B. Determination on the counterclaim

(1) Occurrence of damages liability

However, as seen earlier, there were defects in the instant goods supplied by the Plaintiff, and the Plaintiff refused to repair defects despite the demand for the repair of defects or replacement of the Army Headquarters, barring any special circumstance, the Plaintiff is obligated to pay to the Defendant the amount equivalent to 13,652,391 won (=4,067 won) equivalent to 130% of the contractual unit price for the instant goods pursuant to Article 10(4) of the Special Conditions of the instant contract, barring any special circumstance.

In regard to this, the Plaintiff asserted that Article 10(4) of the Special Conditions of the instant contract was unfairly excessive as the estimated amount of damages. However, in light of the aforementioned facts, the Plaintiff’s assertion is rejected, given the economic status of the parties to the instant contract, including the Plaintiff and the Defendant, such as the Plaintiff and the Defendant, in light of the purpose and content of the contract, the scheduled amount of damages, transaction practices, and other circumstances, it cannot be deemed that the payment of such estimated amount would result in the Plaintiff’s loss of fairness by imposing unfair pressure on the Plaintiff, an obligor, who is in the position of the economically weak (see, e.g., Supreme Court Decision 2011Da832

(2) Limitation of liability (Contributory negligence)

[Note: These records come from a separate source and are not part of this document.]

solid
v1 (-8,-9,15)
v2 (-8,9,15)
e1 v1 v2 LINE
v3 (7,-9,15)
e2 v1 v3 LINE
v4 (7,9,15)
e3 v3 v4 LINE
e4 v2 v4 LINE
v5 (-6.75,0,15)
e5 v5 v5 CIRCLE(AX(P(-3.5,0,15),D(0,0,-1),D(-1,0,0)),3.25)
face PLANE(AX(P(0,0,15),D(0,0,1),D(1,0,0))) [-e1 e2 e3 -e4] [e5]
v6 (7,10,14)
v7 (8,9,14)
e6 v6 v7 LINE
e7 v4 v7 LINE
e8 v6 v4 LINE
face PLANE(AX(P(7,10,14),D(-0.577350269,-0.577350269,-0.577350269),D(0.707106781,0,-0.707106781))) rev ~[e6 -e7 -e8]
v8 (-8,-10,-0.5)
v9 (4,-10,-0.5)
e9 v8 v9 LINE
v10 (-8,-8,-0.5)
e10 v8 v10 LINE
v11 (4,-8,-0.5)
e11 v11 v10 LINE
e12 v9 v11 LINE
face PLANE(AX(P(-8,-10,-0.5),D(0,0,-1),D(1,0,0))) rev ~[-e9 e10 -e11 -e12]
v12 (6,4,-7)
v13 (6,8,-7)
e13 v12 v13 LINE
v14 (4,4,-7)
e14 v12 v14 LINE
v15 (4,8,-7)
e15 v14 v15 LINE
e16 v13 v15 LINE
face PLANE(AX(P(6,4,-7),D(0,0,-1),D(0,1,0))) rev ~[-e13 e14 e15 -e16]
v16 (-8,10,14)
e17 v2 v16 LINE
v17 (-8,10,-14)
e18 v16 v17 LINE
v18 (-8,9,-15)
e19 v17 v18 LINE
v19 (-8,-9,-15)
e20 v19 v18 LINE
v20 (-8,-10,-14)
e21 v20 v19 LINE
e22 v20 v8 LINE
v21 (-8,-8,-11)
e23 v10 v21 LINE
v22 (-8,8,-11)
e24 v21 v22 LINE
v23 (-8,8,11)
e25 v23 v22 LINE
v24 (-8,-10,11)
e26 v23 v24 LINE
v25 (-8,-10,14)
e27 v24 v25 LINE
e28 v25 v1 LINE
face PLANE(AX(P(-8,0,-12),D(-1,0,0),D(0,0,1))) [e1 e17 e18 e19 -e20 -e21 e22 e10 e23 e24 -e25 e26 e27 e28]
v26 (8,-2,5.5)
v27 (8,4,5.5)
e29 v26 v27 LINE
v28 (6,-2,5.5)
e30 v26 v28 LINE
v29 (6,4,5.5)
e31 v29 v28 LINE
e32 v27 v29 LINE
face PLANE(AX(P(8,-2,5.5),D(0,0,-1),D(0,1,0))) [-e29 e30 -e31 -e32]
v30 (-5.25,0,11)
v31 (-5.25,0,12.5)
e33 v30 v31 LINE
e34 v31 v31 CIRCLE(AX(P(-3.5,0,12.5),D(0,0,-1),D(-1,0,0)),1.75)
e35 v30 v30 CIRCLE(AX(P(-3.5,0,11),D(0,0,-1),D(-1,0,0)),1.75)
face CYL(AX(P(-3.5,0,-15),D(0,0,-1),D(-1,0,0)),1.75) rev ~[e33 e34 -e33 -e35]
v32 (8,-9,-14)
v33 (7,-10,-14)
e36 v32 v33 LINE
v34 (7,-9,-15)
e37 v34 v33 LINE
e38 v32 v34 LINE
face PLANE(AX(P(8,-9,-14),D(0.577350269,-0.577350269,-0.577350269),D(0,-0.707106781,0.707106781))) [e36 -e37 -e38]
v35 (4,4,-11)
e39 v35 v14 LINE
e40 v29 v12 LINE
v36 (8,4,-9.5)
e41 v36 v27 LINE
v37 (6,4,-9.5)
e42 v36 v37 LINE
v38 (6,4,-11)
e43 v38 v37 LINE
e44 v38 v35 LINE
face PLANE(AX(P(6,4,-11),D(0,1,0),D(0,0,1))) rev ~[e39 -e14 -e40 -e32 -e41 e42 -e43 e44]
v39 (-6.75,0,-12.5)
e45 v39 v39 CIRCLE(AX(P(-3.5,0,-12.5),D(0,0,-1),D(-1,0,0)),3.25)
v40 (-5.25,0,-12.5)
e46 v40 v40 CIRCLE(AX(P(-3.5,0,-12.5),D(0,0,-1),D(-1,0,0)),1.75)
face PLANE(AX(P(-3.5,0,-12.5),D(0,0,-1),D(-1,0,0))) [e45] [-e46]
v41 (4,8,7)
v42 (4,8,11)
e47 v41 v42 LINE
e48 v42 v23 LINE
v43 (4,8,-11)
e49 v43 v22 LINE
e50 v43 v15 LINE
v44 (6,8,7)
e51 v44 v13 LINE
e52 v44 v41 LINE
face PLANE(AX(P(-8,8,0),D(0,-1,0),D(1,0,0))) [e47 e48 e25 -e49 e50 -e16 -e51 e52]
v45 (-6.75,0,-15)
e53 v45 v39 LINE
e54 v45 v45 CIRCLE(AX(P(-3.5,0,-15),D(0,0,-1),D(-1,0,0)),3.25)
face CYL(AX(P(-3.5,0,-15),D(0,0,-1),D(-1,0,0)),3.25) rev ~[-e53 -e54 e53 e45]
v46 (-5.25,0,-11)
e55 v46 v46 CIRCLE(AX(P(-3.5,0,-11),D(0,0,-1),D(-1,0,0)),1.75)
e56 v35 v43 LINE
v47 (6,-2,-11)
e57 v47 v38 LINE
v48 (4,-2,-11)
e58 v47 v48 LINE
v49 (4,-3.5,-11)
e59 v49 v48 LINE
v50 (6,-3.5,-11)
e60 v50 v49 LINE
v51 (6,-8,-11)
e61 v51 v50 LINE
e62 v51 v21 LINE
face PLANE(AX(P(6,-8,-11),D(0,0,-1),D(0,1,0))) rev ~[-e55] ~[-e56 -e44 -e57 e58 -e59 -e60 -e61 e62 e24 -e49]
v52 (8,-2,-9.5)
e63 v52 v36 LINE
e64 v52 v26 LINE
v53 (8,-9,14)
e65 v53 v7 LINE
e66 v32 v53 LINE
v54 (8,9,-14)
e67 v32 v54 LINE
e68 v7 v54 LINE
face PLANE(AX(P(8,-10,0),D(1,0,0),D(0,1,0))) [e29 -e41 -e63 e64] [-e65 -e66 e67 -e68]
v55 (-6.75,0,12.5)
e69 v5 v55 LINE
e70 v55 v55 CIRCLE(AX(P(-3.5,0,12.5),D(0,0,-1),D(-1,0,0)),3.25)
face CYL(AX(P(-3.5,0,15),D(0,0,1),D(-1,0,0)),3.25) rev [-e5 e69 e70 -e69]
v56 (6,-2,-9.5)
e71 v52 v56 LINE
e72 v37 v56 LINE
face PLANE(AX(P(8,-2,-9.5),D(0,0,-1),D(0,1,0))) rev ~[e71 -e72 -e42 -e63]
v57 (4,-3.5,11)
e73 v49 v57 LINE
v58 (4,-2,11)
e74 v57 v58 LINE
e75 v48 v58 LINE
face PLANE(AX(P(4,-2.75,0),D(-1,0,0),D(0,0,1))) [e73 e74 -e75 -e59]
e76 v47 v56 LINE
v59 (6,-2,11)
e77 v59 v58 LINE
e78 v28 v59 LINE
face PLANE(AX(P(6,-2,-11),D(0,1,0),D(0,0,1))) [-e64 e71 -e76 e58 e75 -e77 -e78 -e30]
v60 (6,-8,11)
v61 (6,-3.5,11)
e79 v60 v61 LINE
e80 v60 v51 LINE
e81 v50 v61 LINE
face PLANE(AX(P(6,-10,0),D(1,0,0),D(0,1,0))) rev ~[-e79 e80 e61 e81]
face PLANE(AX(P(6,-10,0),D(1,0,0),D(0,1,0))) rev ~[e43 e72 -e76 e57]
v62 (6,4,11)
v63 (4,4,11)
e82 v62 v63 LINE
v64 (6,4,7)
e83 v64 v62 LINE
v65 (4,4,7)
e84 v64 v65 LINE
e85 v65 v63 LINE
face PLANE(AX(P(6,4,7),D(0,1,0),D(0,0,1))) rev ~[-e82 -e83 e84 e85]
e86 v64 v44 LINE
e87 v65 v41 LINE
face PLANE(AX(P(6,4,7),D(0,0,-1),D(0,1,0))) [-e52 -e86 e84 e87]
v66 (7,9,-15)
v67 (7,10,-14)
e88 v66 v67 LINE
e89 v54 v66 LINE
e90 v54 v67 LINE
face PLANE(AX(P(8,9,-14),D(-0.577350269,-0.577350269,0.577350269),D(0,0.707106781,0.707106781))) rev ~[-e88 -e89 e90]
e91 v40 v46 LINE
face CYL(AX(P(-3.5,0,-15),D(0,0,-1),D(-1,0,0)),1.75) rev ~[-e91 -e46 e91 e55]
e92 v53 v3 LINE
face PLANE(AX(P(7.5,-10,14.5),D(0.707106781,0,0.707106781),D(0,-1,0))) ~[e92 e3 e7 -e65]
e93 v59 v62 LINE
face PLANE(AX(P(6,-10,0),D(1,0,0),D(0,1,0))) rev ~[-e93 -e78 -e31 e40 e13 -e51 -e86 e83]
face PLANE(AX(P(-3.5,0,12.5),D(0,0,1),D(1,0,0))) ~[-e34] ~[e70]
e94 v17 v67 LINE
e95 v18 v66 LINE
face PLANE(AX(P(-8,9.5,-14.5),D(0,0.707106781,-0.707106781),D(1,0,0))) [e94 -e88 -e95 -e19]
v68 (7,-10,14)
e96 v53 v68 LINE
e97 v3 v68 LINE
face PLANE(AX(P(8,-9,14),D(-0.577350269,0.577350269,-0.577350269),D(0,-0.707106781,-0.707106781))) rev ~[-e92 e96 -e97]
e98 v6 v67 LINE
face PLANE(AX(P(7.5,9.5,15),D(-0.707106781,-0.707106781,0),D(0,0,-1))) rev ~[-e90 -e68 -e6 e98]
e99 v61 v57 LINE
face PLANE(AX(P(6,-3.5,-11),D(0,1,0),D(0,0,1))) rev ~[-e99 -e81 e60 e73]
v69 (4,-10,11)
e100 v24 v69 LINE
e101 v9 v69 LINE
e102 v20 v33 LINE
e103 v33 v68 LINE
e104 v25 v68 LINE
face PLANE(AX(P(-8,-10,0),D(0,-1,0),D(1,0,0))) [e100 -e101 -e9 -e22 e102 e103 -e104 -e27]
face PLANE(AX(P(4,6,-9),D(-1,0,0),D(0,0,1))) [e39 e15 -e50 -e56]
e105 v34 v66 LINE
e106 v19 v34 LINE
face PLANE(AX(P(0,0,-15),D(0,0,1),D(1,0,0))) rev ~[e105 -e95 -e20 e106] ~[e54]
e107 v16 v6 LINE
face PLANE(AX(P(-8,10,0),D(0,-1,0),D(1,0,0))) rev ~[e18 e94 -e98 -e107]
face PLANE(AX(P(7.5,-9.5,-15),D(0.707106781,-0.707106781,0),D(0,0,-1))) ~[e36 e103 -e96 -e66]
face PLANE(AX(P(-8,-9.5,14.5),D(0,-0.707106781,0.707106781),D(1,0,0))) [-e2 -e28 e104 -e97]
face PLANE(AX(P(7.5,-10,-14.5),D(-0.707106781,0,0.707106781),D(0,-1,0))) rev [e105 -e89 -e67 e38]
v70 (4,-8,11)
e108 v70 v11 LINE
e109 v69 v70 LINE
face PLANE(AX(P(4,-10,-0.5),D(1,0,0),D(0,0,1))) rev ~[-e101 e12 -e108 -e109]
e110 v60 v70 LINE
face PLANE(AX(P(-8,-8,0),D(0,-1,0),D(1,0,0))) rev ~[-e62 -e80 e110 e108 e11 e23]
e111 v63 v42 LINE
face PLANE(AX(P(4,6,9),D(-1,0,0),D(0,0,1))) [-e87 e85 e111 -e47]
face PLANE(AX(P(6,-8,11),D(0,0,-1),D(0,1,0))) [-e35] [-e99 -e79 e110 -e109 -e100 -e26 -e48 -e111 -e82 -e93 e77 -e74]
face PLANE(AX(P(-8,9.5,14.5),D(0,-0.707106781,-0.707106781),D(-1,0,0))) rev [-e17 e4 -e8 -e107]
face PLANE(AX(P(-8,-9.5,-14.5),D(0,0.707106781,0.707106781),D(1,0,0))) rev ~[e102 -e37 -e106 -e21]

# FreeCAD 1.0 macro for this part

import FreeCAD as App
import Part
import Sketcher
Q = App.Units.Quantity


def edges_at(feature, points):
    """Names of the edges that pass closest to the given points."""
    edges = feature.Shape.Edges
    near = lambda p: min(range(len(edges)), key=lambda i: edges[i].distToShape(Part.Vertex(*p))[0])
    return sorted({f"Edge{near(p) + 1}" for p in points})


def faces_at(feature, points):
    """Names of the faces that lie closest to the given points."""
    faces = feature.Shape.Faces
    near = lambda p: min(range(len(faces)), key=lambda i: faces[i].distToShape(Part.Vertex(*p))[0])
    return sorted({f"Face{near(p) + 1}" for p in points})


def add_polygon(sketch, points):
    """Adds a closed chain of lines whose ends are joined by coincident constraints."""
    first, n = sketch.GeometryCount, len(points)
    for a, b in zip(points, points[1:] + points[:1]):
        sketch.addGeometry(Part.LineSegment(App.Vector(*a, 0), App.Vector(*b, 0)), False)
    for i in range(n):
        sketch.addConstraint(Sketcher.Constraint("Coincident", first + i, 2, first + (i + 1) % n, 1))

doc = App.newDocument("Part")
params = doc.addObject("Spreadsheet::Sheet", "Params")
for row, (alias, value) in enumerate([
    ("sketch1_width", "16 mm"),
    ("sketch1_height", "20 mm"),
    ("pad1_length", "30 mm"),
    ("thickness_wall", "2 mm"),
    ("sketch2_width", "16 mm"),
    ("sketch2_height", "2 mm"),
    ("pad2_length", "14 mm"),
    ("sketch3_width", "6 mm"),
    ("sketch3_height", "15 mm"),
    ("chamfer_size", "1 mm"),
    ("sketch4_width", "4 mm"),
    ("sketch4_height", "22 mm"),
    ("sketch4_width2", "1.5 mm"),
    ("pad3_length", "2 mm"),
    ("sketch5_width", "12 mm"),
    ("sketch5_height", "11.5 mm"),
    ("sketch6_diameter", "3.5 mm"),
    ("sketch7_diameter", "6.5 mm"),
    ("pocket4_length", "2.5 mm"),
], start=1):
    params.set(f"A{row}", alias)
    params.set(f"B{row}", "=" + value)
    params.setAlias(f"B{row}", alias)

body = doc.addObject("PartDesign::Body", "Body")

sketch1 = body.newObject("Sketcher::SketchObject", "Sketch")
sketch1.AttachmentSupport = (doc.getObject("XY_Plane"), [""])
sketch1.MapMode = "FlatFace"
add_polygon(sketch1, [(-8, 10), (-8, -10), (8, -10), (8, 10)])
sketch1.addConstraint([
    Sketcher.Constraint("Vertical", 0),
    Sketcher.Constraint("Horizontal", 1),
    Sketcher.Constraint("Vertical", 2),
    Sketcher.Constraint("Horizontal", 3),
    Sketcher.Constraint("Symmetric", 0, 2, 2, 2, -1, 1),
    Sketcher.Constraint("DistanceX", 1, 1, 1, 2, Q("16 mm")),
    Sketcher.Constraint("DistanceY", 0, 2, 0, 1, Q("20 mm")),
])
sketch1.setExpression("Constraints[9]", "Params.sketch1_width")
sketch1.setExpression("Constraints[10]", "Params.sketch1_height")
pad1 = body.newObject("PartDesign::Pad", "Pad")
pad1.Profile = sketch1
pad1.setExpression("Length", "Params.pad1_length")
pad1.Midplane = True
doc.recompute()

thickness = body.newObject("PartDesign::Thickness", "Thickness")
thickness.Base = (pad1, faces_at(pad1, [(-8, 0, 0)]))
thickness.setExpression("Value", "Params.thickness_wall")
thickness.Reversed = True
thickness.Join = "Intersection"

sketch2 = body.newObject("Sketcher::SketchObject", "Sketch001")
sketch2.AttachmentSupport = (doc.getObject("YZ_Plane"), [""])
sketch2.MapMode = "FlatFace"
sketch2.AttachmentOffset = App.Placement(App.Vector(0, 0, 6), App.Rotation())
add_polygon(sketch2, [(8, -13), (-8, -13), (-8, -11), (8, -11)])
add_polygon(sketch2, [(8, 11), (-8, 11), (-8, 13), (8, 13)])
sketch2.addConstraint([
    Sketcher.Constraint("Horizontal", 0),
    Sketcher.Constraint("Vertical", 1),
    Sketcher.Constraint("Horizontal", 2),
    Sketcher.Constraint("Vertical", 3),
    Sketcher.Constraint("Horizontal", 4),
    Sketcher.Constraint("Vertical", 5),
    Sketcher.Constraint("Horizontal", 6),
    Sketcher.Constraint("Vertical", 7),
    Sketcher.Constraint("Symmetric", 2, 2, 4, 2, -1, 1),
    Sketcher.Constraint("Symmetric", 0, 2, 6, 2, -1, 1),
    Sketcher.Constraint("Vertical", 1, 2, 4, 2),
    Sketcher.Constraint("DistanceX", 0, 2, 0, 1, Q("16 mm")),
    Sketcher.Constraint("DistanceY", 1, 1, 1, 2, Q("2 mm")),
    Sketcher.Constraint("DistanceY", 0, 2, -1, 1, Q("13 mm")),
])
sketch2.setExpression("Constraints[19]", "Params.sketch2_width")
sketch2.setExpression("Constraints[20]", "Params.sketch2_height")
pad2 = body.newObject("PartDesign::Pad", "Pad001")
pad2.Profile = sketch2
pad2.setExpression("Length", "Params.pad2_length")
pad2.Reversed = True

In full view of the overall purport of the arguments, Gap evidence 2 and Eul evidence 5, the plaintiff requested six finished products to the Army Headquarters on December 23, 2010, including the goods of this case. The inspector of the Army Headquarters 1 did not closely examine the inventory number and standard name on the specifications of raw materials, although the inventory number and standard name are different from the goods of this case. On December 30, 2010, the article of this case is deemed to be consistent with the standard values, and it is reasonable to determine that the plaintiff delivered the goods of this case. Accordingly, according to the above acknowledged facts, since non-party 1 of the Army Headquarters 1 was negligent in inspecting the goods of this case, it is reasonable to consider the purpose and contents of the contract of this case as the plaintiff's duty of care due to non-party 1's negligence in examining the goods of this case.

(3) As to the assertion of offsetting profit and loss

The plaintiff asserts that the defendant owned the goods of this case, unless the contract of this case is invalidated, cancelled, or terminated due to the defect in the goods of this case, and that the defendant should deduct the amount of damages incurred by the defect in the goods of this case from the amount of damages equivalent to the market price of the goods of this case. However, there is no evidence to recognize the market price of the goods of this case, and that the goods of this case should be returned to the plaintiff after the defendant took measures not to use the goods of this case as military marks and munitions. Thus, the plaintiff's assertion on the above part shall not be accepted.

3. Conclusion

Therefore, the plaintiff is liable to pay damages to the defendant at the rate of 23,56,673 won as damages (the amount of damages 3,652,391 won under Article 10 (4) of the Special Conditions for the Contract of this case x 70% x 70% ) and damages for delay calculated at the rate of 5% per annum under the Civil Act from November 17, 2011 to November 19, 2013, which is the date of the ruling of the court of first instance where it is deemed reasonable to dispute as to the existence or scope of the plaintiff's obligation to pay damages, and 20% per annum from the next day to the date of full payment. Thus, the plaintiff's claim for the counterclaim of this case is dismissed as there is no reason to accept the defendant's claim for counterclaim of this case within the scope of recognition, and the remaining part of the judgment of the court of first instance as to the plaintiff's counterclaim of this case is dismissed, and it is just to dismiss the part of the plaintiff's appeal as above.